## What to produce
Both the line with "v -6.3 33.194 -1.442" and the line with "v 6.3 32.028 1.529" in the records below must appear in the output, along with every line between them, exactly and with nothing added.

## Material provided

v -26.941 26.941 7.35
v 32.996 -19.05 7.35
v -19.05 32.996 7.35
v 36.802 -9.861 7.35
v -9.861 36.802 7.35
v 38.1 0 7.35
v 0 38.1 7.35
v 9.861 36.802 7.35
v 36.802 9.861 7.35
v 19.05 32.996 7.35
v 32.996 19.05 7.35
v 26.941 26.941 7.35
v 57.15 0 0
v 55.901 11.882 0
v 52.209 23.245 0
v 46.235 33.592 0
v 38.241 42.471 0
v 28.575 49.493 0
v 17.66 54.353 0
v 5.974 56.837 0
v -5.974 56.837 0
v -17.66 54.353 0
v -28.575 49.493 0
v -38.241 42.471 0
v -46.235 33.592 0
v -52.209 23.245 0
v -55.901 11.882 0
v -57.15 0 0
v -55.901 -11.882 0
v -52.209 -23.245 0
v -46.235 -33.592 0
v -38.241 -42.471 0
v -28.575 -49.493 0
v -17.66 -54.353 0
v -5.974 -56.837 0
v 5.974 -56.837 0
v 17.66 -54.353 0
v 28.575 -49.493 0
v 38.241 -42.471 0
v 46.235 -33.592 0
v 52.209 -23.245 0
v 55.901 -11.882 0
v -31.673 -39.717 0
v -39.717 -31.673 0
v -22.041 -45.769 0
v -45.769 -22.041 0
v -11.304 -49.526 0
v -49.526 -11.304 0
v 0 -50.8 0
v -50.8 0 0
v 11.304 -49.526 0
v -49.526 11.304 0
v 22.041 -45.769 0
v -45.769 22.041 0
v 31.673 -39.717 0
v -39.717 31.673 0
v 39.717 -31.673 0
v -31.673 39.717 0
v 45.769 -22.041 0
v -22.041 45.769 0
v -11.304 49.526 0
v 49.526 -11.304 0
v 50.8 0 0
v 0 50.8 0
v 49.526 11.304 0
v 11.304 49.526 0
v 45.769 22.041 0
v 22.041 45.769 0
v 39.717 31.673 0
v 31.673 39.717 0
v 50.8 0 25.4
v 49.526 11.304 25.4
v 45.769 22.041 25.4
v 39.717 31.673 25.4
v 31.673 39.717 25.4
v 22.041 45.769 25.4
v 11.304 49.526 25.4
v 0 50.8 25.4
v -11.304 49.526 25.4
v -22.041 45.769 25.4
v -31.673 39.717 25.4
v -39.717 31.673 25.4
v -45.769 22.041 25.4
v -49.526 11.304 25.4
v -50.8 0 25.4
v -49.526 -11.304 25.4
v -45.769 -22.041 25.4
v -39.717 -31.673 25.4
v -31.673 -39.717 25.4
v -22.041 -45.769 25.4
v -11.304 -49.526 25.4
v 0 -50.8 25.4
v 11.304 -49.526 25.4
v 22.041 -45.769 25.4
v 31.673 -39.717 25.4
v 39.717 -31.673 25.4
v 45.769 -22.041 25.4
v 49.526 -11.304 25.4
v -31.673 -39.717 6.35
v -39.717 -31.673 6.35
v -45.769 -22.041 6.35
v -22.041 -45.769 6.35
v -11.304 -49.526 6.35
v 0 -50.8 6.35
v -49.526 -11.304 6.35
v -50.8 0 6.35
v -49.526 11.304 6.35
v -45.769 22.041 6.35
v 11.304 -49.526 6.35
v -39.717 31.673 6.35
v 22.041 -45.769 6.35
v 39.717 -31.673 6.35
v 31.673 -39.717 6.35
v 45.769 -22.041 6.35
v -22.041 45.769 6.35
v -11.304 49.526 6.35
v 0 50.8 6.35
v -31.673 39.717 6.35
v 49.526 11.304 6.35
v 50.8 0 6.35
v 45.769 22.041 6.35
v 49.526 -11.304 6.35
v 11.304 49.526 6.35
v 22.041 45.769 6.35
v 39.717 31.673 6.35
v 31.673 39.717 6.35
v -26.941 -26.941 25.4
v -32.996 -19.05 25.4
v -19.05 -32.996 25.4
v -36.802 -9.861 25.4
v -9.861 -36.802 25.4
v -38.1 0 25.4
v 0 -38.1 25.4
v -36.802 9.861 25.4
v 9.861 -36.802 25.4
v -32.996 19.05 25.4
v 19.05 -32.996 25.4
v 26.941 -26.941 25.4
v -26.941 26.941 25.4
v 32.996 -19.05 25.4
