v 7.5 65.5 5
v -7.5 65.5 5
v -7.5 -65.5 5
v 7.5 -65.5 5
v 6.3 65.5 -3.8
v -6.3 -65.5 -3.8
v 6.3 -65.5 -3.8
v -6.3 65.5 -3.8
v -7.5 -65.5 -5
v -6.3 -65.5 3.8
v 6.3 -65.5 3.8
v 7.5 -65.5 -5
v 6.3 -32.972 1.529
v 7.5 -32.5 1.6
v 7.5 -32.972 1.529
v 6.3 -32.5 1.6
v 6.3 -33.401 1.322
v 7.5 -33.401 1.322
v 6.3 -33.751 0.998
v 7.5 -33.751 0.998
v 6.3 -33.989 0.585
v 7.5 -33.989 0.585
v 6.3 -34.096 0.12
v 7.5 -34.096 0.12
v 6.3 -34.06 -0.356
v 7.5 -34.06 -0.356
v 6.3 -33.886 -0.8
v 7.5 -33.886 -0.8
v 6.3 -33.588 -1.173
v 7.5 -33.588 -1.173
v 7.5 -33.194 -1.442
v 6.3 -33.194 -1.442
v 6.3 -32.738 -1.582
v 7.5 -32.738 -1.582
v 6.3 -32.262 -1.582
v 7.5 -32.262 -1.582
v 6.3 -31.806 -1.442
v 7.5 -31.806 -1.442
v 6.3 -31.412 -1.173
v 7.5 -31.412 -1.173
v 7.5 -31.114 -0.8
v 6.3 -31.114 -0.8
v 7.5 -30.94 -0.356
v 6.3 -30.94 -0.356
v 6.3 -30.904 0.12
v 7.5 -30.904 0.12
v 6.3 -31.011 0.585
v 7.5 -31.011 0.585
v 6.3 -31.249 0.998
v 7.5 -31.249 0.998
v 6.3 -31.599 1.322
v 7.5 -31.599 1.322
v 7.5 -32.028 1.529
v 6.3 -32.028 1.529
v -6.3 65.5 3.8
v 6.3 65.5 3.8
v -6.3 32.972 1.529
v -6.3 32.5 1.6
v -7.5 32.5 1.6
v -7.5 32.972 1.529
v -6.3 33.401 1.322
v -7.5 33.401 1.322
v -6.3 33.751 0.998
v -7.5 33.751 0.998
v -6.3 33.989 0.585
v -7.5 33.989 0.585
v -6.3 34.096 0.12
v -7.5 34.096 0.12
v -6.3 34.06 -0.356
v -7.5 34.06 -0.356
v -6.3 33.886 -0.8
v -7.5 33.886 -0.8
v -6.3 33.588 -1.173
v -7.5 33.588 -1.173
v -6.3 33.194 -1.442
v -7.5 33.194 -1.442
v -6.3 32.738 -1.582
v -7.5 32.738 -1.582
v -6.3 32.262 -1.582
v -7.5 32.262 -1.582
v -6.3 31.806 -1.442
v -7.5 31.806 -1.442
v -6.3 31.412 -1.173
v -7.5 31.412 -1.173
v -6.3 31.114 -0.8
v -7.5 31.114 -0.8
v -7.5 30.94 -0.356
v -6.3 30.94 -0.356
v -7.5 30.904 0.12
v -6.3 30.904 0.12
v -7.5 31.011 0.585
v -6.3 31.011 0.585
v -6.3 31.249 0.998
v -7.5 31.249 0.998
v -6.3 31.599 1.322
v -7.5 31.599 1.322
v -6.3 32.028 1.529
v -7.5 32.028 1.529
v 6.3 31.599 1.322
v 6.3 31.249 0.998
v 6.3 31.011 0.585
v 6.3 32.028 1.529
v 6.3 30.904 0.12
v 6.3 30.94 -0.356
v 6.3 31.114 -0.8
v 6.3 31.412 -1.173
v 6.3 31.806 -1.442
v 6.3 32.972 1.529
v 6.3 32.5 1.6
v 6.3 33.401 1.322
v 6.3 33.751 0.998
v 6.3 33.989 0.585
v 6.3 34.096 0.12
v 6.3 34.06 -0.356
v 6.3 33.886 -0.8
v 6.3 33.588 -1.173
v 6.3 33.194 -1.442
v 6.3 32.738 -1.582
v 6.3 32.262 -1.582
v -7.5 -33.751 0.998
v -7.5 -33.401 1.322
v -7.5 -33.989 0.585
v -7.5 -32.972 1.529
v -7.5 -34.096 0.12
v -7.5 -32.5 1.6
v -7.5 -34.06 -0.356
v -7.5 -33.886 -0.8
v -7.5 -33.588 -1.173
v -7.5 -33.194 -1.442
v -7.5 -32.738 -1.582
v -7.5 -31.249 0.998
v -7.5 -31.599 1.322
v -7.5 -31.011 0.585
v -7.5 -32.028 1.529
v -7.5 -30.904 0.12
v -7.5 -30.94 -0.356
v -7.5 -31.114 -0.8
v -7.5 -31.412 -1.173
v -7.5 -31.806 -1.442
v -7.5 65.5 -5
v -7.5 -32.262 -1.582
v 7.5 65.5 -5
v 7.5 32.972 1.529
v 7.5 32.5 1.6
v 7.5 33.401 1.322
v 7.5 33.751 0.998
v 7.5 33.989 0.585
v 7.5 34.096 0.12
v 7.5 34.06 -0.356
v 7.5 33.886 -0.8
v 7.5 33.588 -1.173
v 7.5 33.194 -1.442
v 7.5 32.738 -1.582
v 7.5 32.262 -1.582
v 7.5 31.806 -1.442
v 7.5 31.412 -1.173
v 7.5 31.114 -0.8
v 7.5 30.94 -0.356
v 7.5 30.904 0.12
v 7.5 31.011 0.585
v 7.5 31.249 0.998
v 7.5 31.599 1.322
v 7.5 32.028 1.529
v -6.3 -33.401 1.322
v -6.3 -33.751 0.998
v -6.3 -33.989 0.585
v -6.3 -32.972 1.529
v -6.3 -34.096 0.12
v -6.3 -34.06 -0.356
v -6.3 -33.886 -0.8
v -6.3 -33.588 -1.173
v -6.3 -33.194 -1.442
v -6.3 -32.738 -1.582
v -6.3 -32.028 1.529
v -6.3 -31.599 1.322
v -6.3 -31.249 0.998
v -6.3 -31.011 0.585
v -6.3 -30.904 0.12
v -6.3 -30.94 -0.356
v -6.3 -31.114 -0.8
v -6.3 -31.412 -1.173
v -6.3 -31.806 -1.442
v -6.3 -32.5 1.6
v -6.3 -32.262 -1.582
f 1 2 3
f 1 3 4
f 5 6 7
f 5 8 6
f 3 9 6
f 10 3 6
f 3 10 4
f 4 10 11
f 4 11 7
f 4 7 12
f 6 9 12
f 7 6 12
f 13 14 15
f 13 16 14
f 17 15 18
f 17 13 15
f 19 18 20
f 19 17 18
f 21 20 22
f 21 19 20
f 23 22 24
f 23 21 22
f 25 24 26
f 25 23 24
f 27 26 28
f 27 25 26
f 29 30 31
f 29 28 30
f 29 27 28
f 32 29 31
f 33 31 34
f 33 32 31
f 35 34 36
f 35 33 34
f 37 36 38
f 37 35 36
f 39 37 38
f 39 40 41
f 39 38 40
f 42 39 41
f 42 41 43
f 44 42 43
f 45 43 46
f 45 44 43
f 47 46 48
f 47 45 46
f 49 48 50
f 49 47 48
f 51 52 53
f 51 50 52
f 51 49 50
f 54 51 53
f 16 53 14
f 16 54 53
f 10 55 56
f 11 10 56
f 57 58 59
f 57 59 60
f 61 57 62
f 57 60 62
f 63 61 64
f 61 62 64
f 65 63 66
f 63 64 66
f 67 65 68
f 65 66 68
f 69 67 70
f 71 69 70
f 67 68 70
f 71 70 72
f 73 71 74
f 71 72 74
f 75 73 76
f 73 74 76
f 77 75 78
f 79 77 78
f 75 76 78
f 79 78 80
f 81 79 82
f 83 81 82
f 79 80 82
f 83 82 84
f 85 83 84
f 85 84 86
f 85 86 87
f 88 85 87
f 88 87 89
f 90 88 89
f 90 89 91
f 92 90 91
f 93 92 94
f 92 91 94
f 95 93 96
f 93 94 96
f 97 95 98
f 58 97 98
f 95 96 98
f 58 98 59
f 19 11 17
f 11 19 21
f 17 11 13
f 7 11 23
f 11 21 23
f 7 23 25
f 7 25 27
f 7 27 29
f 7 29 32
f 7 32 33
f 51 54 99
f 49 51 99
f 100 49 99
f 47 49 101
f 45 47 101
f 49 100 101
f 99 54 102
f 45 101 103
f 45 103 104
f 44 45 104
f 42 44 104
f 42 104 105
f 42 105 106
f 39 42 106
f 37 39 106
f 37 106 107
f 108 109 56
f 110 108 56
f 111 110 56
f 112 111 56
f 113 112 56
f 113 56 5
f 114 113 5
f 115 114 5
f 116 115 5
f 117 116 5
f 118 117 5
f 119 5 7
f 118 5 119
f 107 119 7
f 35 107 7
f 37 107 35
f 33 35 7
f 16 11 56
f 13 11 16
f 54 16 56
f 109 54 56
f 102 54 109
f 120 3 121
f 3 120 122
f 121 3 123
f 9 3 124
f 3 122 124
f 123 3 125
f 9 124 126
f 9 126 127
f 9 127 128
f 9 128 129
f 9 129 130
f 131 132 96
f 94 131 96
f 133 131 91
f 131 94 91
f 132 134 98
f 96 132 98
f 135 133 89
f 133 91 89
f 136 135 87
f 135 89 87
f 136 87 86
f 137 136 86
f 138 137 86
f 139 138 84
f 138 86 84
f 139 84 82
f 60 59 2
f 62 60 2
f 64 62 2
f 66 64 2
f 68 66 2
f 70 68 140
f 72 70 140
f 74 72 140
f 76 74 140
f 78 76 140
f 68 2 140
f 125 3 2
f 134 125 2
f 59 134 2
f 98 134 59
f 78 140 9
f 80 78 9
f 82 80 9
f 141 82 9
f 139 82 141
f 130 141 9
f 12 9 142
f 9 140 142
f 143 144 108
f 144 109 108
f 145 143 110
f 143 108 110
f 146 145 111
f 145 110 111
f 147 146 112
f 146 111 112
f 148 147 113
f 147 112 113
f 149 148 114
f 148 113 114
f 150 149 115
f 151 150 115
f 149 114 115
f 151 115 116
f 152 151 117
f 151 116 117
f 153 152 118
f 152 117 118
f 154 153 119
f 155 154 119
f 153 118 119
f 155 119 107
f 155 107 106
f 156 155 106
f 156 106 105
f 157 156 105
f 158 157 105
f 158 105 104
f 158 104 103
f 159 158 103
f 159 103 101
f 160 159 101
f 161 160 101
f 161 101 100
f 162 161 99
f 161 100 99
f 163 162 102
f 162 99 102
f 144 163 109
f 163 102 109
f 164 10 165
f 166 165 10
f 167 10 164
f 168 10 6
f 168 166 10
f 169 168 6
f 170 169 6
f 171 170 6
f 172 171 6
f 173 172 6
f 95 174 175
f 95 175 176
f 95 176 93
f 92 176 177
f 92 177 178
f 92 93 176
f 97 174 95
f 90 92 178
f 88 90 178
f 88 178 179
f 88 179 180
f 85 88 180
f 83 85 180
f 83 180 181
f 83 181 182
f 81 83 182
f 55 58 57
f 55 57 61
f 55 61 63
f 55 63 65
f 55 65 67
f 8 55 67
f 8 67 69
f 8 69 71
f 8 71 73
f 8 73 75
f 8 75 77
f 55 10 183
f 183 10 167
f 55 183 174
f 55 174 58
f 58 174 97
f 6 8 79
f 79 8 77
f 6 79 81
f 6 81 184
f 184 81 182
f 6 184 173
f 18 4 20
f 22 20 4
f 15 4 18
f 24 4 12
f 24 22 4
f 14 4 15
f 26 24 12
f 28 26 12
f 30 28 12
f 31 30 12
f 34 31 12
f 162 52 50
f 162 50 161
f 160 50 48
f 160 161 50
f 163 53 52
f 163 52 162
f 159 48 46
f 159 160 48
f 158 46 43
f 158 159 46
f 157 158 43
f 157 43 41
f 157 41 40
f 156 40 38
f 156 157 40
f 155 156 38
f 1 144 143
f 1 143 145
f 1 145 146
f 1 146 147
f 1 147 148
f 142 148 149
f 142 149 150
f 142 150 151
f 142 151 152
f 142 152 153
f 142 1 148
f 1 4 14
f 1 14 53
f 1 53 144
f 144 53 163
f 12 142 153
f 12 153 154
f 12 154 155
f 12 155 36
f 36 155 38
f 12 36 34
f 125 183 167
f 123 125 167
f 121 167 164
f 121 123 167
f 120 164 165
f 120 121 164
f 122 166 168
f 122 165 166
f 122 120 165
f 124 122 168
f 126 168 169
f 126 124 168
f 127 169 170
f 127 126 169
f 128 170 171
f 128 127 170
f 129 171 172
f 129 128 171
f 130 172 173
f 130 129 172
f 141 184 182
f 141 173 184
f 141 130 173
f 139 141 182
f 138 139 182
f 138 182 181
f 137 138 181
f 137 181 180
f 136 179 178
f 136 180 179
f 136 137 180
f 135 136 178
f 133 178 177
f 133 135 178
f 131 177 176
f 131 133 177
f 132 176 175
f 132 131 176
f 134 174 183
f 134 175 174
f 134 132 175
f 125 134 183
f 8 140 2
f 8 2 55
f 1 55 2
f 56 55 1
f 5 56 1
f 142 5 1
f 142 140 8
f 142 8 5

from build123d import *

# Parameters (mm, degrees)
SKETCH_1_W          = 15
SKETCH_1_H          = 10
SKETCH_1_W_2        = 12.6
SKETCH_1_H_2        = 7.6
EXTRUDE_1_DEPTH     = 65.5
SKETCH_2_R          = 1.6
CUT_EXTRUDE_1_DEPTH = 65.5


with BuildPart() as part:
    # ｽｹｯﾁ1 → ﾎﾞｽ - 押し出し1 (new, symmetric)
    with BuildSketch(Plane(origin=(0, 0, 0), x_dir=(1, 0, 0), z_dir=(0, 1, 0))):
        Rectangle(SKETCH_1_W, SKETCH_1_H)
        Rectangle(SKETCH_1_W_2, SKETCH_1_H_2, mode=Mode.SUBTRACT)
    extrude(amount=EXTRUDE_1_DEPTH, both=True)

    # ｽｹｯﾁ2 → ｶｯﾄ - 押し出し1 (cut, symmetric)
    with BuildSketch(Plane.ZY.offset(7.5)):
        with Locations((0, 32.5)):
            Circle(SKETCH_2_R)
    cut_extrude_1 = extrude(amount=CUT_EXTRUDE_1_DEPTH, both=True, mode=Mode.SUBTRACT)

    # ﾐﾗｰ1: ｶｯﾄ - 押し出し1 across plane
    add(cut_extrude_1.mirror(Plane.ZX), mode=Mode.SUBTRACT)


solid = part.part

## Task result
v -6.3 33.194 -1.442
v -7.5 33.194 -1.442
v -6.3 32.738 -1.582
v -7.5 32.738 -1.582
v -6.3 32.262 -1.582
v -7.5 32.262 -1.582
v -6.3 31.806 -1.442
v -7.5 31.806 -1.442
v -6.3 31.412 -1.173
v -7.5 31.412 -1.173
v -6.3 31.114 -0.8
v -7.5 31.114 -0.8
v -7.5 30.94 -0.356
v -6.3 30.94 -0.356
v -7.5 30.904 0.12
v -6.3 30.904 0.12
v -7.5 31.011 0.585
v -6.3 31.011 0.585
v -6.3 31.249 0.998
v -7.5 31.249 0.998
v -6.3 31.599 1.322
v -7.5 31.599 1.322
v -6.3 32.028 1.529
v -7.5 32.028 1.529
v 6.3 31.599 1.322
v 6.3 31.249 0.998
v 6.3 31.011 0.585
v 6.3 32.028 1.529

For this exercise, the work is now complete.